Дорогой Андерс. Извини меня, но я начинаю по-настоящему сердиться. Я же знаю, что ты можешь отвечать, потому что твоя высокоуважаемая сестра снизошла до того, чтобы сообщить мне, что получила от тебя мейл. Так что не надо. Я знаю, что ты это читаешь, и должна сказать, что это уже за гранью — вообще за гранью! — что ты не желаешь отвечать. Но в этом весь ты со всем твоим хамством. Да, я была неверна! Да, я ушла от тебя! Но тебе ведь некого в этом винить, кроме себя самого, и ты это знаешь!! У меня были на то причины, и господь свидетель, а если не он, то уж вся Ландскрона точно знает, какое ты унылое говно! Можешь не сомневаться!!! Я-то думала, наивная дурочка, что мы сможем сохранить разумные отношения хотя бы после развода, но ты оказался таким мудаком, что мы даже развестись не можем по-человечески, потому что тебе, видите ли, приспичило срочно смыться именно в тот момент, когда надо оформлять все документы, да так, чтобы, до тебя было невозможно добраться. А у других людей, между прочим, тоже свои планы! Мы собирались поехать в Париж и пожениться в августе, но ты на всем поставил крест тем, что просто взял и исчез! Трындец, других слов у меня просто нет! Просто трындец!!! Ева.
Андерс читает, склонив голову набок, и только дочитав, осознает, что ту же позу принимал всякий раз, когда Ева закатывала ему скандалы. Двадцать пять лет он стоял, склонив голову набок, и внимал вспышкам ее злобы.
Он поднимает курсор к третьему письму, но замирает на мгновение, прежде чем его открыть, а потом ведет курсор еще выше. Delete. Delete. Delete. Вот так. Удалены. Все три. Теперь ее злоба бушует где-то в ином месте и будет бушевать там вечно, никогда не достигая цели. А теперь он ответит на ее четвертое письмо. Не склоняя голову набок.
Мгновение он сидит неподвижно и смотрит прямо перед собой, прежде чем начинает писать:
Ева. Сожалею, что отсутствие ответа тебя так рассердило. Что касается развода, то у меня нет никаких возражений. К сожалению, я не видел никаких бумаг на эту тему и не знаю, что я должен подписывать. Но я немедленно напишу Юнасу Линдбергу в Мальмё, которого ты, возможно, помнишь. Он заходил к нам однажды двадцать лет назад, но, помнится, ты его невзлюбила. Однако, поскольку он адвокат и мой старый университетский товарищ, я намерен доверить ему вести все эти дела от моего имени. Андерс.

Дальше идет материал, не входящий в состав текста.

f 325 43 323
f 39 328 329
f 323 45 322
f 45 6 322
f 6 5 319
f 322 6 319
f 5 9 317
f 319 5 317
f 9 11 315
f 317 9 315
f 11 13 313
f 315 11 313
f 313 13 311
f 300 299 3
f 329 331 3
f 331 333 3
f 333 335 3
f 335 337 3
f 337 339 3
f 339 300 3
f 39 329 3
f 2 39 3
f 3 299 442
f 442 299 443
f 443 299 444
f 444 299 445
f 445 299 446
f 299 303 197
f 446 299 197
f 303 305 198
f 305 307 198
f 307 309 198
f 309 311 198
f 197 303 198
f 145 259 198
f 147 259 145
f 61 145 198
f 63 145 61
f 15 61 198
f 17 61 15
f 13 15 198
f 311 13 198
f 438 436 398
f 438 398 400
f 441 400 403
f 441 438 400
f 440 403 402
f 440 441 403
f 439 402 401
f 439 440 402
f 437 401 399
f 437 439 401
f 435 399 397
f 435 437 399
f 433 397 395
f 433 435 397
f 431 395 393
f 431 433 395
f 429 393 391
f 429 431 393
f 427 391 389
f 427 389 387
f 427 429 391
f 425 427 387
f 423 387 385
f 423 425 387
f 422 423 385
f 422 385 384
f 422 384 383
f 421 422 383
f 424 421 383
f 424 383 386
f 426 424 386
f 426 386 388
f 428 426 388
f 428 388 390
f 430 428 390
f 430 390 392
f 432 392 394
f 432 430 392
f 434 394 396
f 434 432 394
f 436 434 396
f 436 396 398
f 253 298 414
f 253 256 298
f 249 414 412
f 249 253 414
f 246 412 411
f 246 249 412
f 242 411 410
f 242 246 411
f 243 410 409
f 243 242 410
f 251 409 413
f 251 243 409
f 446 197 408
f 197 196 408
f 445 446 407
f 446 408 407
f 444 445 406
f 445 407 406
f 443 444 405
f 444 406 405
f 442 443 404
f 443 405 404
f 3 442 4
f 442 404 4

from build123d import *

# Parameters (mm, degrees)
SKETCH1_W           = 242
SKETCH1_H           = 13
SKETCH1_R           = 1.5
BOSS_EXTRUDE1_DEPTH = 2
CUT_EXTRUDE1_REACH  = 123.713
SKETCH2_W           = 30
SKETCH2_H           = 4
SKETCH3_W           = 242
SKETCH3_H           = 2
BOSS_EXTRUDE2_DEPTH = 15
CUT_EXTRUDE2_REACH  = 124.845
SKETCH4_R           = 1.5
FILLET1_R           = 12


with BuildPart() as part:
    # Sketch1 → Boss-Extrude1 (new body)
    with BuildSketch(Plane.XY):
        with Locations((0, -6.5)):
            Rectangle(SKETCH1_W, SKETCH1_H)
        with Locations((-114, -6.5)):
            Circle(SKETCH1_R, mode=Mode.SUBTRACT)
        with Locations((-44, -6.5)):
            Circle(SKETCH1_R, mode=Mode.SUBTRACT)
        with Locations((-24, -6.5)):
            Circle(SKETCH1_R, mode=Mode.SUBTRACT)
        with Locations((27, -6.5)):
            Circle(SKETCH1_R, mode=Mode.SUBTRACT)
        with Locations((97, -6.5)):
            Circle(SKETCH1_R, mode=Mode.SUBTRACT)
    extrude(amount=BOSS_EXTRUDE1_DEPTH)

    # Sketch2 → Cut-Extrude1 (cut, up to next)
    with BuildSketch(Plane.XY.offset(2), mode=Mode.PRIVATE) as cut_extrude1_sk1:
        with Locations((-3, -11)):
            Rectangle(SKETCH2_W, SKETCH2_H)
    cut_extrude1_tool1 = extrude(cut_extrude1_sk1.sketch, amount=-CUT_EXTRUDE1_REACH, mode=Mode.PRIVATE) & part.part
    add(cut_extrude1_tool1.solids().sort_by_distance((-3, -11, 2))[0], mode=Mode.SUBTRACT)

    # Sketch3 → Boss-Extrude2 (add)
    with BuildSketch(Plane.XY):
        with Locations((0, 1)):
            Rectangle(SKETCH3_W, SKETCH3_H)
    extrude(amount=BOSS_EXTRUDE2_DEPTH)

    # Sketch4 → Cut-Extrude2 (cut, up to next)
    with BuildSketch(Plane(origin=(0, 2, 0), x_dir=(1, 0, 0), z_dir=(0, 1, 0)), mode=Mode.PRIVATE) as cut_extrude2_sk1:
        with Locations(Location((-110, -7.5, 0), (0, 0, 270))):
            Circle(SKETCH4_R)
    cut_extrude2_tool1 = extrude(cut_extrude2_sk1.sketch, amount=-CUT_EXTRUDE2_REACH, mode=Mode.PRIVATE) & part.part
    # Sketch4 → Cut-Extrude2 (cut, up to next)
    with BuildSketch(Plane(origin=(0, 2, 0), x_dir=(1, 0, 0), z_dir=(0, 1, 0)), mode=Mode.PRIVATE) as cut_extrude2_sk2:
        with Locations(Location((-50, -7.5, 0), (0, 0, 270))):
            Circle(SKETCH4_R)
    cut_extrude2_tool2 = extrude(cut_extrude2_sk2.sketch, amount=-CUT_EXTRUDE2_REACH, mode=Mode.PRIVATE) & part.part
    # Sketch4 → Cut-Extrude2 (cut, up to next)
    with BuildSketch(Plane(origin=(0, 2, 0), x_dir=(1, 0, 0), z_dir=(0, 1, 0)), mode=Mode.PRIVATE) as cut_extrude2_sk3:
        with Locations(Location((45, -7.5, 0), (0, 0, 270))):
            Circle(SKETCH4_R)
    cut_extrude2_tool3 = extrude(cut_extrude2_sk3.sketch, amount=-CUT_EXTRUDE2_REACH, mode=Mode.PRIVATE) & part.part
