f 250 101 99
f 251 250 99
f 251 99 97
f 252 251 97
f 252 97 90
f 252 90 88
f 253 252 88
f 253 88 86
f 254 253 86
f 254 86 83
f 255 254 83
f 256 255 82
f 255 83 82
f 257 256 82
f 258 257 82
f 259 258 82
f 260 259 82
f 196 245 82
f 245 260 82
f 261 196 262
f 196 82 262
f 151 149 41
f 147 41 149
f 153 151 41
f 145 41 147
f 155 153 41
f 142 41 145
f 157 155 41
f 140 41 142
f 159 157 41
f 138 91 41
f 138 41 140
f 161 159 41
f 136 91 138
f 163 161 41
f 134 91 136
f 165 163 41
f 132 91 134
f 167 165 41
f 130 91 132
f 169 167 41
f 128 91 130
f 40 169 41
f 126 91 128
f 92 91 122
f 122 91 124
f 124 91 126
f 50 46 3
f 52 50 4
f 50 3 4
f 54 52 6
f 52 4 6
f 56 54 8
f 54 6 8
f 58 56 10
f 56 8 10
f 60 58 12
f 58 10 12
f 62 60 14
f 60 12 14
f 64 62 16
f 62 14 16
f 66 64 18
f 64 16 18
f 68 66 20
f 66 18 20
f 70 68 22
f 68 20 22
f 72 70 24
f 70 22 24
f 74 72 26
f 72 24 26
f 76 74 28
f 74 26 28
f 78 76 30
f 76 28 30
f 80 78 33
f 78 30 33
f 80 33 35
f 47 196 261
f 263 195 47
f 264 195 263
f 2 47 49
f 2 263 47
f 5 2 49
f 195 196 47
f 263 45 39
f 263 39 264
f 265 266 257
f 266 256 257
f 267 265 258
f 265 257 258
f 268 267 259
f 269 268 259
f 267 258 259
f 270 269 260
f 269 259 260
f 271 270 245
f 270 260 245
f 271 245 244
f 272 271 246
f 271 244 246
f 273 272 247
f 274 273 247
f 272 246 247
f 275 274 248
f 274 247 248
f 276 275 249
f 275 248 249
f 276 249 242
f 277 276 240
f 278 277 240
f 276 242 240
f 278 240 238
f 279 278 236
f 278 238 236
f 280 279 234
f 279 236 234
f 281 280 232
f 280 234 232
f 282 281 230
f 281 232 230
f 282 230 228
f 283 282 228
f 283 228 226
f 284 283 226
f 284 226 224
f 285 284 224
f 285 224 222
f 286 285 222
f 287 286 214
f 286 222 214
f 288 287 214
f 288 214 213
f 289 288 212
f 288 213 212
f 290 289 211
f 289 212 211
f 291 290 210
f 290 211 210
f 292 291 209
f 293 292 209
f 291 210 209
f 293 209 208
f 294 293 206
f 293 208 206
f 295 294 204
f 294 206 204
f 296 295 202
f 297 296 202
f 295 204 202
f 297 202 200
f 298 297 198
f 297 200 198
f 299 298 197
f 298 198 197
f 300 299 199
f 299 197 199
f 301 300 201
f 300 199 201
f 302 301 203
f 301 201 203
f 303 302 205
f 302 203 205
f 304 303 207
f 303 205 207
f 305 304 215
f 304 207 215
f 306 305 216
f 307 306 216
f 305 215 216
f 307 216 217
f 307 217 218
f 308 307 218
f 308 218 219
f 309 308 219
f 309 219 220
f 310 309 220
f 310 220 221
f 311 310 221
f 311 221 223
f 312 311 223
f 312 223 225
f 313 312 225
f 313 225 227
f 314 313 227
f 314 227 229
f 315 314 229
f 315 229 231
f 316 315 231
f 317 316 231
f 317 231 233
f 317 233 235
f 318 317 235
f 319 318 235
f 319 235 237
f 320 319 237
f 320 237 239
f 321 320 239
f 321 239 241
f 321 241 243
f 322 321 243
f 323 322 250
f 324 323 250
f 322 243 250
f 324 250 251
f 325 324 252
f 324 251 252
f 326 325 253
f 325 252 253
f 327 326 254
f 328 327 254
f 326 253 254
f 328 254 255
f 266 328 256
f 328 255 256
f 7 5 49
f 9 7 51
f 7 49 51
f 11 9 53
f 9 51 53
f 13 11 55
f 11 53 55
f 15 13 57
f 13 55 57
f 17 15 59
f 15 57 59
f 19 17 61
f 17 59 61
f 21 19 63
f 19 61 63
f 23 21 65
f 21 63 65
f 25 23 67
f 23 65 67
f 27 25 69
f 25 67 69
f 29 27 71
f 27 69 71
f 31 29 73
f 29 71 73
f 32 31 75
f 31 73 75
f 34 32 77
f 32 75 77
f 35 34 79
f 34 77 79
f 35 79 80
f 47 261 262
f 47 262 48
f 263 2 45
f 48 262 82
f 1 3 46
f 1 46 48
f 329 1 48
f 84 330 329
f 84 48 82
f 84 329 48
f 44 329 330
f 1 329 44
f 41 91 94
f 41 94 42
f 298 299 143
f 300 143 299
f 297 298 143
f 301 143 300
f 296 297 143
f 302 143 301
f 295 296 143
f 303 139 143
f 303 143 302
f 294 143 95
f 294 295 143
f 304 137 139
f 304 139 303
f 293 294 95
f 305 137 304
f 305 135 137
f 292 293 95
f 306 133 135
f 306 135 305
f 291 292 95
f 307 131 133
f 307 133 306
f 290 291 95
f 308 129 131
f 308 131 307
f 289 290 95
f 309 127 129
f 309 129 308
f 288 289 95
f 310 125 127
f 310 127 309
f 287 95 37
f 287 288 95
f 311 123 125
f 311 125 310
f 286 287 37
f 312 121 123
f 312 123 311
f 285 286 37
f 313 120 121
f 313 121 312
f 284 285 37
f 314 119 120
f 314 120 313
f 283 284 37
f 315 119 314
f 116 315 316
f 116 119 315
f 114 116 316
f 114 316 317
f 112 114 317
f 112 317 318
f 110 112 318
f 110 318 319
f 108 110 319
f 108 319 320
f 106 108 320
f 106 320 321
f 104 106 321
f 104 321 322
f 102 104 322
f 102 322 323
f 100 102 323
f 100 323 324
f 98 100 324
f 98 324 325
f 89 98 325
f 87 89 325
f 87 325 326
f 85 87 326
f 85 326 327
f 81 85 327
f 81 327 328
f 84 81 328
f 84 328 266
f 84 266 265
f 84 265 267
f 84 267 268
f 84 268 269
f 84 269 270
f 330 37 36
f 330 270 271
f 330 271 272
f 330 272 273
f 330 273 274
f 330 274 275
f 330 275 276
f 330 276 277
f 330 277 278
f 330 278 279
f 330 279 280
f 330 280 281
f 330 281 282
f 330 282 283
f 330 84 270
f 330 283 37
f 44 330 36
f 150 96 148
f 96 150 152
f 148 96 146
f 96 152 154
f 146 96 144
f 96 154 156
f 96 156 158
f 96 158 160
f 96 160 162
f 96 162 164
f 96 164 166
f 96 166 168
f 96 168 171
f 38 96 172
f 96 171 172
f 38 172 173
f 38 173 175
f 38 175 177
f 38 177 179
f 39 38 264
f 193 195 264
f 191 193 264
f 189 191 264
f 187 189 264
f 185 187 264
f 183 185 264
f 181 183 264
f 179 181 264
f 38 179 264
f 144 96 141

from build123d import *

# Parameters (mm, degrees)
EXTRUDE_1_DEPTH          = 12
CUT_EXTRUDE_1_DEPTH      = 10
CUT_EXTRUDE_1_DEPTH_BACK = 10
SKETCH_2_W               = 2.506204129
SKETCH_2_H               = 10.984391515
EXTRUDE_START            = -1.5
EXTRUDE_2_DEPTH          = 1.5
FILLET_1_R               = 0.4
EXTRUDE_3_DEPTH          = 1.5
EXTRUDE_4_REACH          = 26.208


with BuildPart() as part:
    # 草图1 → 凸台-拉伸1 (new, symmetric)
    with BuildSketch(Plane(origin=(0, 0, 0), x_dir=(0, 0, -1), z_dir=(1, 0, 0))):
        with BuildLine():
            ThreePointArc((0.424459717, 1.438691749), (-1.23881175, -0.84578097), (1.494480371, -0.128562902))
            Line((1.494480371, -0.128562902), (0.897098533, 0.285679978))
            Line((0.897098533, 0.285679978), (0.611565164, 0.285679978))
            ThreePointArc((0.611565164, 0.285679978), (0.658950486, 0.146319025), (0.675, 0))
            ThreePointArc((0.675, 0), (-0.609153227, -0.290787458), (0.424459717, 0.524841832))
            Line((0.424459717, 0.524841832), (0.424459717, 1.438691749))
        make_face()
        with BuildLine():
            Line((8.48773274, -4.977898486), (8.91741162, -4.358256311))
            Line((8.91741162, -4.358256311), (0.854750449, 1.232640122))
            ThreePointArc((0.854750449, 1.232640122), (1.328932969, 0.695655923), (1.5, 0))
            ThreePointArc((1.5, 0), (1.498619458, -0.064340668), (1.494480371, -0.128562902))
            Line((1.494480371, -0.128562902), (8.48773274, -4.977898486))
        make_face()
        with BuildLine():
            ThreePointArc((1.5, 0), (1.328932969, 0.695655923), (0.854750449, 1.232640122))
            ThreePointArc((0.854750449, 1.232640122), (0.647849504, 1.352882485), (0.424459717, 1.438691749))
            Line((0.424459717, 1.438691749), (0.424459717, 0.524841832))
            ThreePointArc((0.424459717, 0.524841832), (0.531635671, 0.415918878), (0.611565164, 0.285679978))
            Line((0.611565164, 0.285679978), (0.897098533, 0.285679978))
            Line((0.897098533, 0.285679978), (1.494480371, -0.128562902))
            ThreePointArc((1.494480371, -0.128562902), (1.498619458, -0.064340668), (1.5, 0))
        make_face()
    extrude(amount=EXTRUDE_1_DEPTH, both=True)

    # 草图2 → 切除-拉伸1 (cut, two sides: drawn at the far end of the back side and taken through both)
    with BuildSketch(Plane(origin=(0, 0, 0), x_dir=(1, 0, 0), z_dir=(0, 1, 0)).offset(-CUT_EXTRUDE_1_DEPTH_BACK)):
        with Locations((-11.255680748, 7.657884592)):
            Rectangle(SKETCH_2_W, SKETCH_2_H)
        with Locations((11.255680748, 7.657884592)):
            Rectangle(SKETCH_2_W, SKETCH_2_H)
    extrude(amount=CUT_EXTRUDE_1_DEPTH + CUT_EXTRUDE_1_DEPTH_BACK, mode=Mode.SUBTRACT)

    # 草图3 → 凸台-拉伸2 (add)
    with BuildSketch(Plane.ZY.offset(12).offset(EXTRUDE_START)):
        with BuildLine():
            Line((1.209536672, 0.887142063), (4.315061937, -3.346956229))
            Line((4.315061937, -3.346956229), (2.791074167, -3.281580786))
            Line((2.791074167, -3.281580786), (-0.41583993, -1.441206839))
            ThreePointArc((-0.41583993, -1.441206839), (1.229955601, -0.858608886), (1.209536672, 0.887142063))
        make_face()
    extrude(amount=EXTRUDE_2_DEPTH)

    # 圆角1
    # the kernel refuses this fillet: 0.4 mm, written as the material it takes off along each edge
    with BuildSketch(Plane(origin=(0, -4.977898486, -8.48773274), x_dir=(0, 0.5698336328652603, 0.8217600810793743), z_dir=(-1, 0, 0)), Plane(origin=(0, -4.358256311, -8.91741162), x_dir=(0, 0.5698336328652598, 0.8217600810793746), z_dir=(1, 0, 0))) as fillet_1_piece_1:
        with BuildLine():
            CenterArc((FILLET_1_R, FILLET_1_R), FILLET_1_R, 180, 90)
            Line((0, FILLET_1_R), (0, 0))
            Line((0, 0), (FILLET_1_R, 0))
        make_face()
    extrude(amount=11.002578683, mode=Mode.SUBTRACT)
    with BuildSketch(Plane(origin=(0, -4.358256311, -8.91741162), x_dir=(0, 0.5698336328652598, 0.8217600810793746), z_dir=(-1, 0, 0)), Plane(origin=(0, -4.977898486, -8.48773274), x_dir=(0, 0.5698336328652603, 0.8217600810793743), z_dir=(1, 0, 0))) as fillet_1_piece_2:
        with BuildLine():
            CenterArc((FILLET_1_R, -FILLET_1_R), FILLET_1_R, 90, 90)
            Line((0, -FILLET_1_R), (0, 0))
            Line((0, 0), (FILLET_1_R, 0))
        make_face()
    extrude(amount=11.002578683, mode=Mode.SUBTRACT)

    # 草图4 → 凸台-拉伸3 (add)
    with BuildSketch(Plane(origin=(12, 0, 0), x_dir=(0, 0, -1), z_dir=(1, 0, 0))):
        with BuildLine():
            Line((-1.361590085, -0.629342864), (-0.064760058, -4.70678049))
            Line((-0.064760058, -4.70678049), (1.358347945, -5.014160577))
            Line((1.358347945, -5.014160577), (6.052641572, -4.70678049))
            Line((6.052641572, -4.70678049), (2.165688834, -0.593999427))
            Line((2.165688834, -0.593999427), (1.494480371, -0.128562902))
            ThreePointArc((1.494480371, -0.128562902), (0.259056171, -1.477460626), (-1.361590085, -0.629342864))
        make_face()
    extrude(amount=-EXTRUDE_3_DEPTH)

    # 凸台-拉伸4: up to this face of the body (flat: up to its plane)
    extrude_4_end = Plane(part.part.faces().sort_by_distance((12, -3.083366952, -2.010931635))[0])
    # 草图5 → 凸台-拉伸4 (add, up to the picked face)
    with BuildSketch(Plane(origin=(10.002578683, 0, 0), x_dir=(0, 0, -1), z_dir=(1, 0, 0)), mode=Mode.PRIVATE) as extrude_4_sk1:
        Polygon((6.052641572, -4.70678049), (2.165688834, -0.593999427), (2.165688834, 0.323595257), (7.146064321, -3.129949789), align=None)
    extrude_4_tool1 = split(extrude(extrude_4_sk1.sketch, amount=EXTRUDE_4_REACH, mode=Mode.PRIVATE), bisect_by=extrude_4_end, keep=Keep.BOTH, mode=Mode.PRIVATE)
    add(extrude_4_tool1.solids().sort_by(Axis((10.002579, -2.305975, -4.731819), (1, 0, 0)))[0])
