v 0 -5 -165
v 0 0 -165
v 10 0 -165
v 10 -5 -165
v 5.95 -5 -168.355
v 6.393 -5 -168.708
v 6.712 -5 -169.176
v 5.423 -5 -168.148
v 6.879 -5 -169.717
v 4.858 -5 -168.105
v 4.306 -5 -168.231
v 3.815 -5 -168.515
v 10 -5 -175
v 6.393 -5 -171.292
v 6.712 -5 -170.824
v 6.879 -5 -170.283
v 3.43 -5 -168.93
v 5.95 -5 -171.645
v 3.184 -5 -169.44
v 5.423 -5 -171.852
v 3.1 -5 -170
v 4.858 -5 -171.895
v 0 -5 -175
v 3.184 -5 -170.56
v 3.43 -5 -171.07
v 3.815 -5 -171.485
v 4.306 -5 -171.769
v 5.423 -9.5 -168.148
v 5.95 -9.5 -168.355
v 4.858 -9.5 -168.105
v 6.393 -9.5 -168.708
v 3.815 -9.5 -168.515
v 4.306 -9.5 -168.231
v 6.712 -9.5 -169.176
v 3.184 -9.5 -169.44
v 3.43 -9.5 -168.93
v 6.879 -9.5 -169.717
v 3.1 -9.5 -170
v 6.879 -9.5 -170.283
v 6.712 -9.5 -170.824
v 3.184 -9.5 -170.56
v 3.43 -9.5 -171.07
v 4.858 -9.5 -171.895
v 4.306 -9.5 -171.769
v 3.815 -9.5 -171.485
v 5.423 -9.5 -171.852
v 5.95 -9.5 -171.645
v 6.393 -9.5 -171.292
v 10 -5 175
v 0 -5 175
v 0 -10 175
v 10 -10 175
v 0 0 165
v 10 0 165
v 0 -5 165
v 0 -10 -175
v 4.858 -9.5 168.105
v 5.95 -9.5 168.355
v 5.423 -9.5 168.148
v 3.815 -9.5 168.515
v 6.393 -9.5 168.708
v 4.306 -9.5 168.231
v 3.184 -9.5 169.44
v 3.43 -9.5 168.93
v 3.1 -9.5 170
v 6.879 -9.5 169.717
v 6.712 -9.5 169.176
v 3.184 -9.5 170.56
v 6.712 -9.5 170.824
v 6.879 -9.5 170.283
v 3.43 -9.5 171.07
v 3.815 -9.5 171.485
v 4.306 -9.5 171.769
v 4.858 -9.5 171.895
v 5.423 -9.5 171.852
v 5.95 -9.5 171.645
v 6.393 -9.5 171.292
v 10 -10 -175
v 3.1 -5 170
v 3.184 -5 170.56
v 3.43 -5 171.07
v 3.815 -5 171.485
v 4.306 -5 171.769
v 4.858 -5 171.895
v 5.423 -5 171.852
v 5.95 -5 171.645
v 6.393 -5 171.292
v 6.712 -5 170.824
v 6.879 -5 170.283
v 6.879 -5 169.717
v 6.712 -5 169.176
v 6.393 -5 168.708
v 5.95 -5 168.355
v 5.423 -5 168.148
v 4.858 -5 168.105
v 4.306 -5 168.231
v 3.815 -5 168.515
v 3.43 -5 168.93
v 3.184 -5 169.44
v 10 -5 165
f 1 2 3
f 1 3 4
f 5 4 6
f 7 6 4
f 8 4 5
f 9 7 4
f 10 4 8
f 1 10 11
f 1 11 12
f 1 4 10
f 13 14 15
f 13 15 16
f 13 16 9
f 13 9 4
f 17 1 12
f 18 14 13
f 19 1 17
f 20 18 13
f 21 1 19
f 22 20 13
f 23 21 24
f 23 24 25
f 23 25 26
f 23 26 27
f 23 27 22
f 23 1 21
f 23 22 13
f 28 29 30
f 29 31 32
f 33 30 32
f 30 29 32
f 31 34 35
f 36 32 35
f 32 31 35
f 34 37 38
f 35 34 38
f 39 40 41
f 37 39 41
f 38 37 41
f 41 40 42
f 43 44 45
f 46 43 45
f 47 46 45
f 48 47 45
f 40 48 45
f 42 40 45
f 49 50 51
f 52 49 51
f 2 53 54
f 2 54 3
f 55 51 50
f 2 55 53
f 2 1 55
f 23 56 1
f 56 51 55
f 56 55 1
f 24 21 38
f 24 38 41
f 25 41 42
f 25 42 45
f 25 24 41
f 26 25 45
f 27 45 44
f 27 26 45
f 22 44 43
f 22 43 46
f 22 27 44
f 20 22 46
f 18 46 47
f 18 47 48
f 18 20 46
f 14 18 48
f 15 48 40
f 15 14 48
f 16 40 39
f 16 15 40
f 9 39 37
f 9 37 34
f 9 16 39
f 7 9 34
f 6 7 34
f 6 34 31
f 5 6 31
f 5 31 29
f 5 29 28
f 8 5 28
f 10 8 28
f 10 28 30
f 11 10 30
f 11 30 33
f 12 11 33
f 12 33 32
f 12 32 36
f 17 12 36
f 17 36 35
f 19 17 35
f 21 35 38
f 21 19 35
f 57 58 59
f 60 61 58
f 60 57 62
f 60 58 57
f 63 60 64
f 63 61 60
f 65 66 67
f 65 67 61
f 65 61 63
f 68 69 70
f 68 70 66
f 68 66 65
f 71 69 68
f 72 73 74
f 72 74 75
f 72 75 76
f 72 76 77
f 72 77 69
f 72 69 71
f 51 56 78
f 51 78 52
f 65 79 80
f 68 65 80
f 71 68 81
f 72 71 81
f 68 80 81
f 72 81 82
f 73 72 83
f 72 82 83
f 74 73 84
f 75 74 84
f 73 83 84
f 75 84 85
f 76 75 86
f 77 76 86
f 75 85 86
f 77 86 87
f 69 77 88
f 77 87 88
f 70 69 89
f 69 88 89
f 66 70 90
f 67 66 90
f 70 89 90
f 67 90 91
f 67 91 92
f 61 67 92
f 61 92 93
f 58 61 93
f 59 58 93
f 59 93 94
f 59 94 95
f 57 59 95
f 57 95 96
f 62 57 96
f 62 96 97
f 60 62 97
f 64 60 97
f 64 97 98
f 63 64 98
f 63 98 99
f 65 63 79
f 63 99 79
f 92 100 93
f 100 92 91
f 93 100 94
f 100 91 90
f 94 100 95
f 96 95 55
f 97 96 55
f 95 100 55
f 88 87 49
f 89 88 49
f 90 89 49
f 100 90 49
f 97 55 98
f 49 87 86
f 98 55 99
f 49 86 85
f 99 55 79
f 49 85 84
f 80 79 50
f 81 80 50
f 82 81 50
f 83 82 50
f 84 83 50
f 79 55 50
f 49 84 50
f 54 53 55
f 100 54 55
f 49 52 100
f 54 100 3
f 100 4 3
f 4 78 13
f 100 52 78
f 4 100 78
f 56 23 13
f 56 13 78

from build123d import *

# Parameters (mm, degrees)
F1_DEPTH = 10
F2_R     = 1.9
F3_DEPTH = 4.5


with BuildPart() as f1:
    # F0 (on Right) → F1 (new body)
    with BuildSketch(Plane.YZ):
        Polygon((-10, 0), (0, 0), (0, 165), (-5, 165), (-5, 175), (-10, 175), align=None)
    extrude(amount=F1_DEPTH)

    # F2 (on face) → F3 (cut)
    with BuildSketch(Plane(origin=(0, -5, 0), x_dir=(-1, 0, 0), z_dir=(0, 1, 0))):
        with Locations((-5, 170)):
            Circle(F2_R)
    extrude(amount=-F3_DEPTH, mode=Mode.SUBTRACT)

    # F4: F1 across plane


with BuildPart() as f1_1:
    add(f1.part)
    add(f1.part.mirror(Plane.XY))


solid = f1_1.part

В следующую секунду он жмет на кнопку и отправляет письмо. Закрывает глаза и на несколько мгновений замирает в неподвижности, пытаясь хоть что-то почувствовать. Грусть. Облегчение. Гнев. Но внутри пусто. Он не чувствует ничего, кроме тихого желания выйти из каюты, подняться на палубу и смотреть на лед. Открыв глаза, он оглядывается, несколько раз моргает.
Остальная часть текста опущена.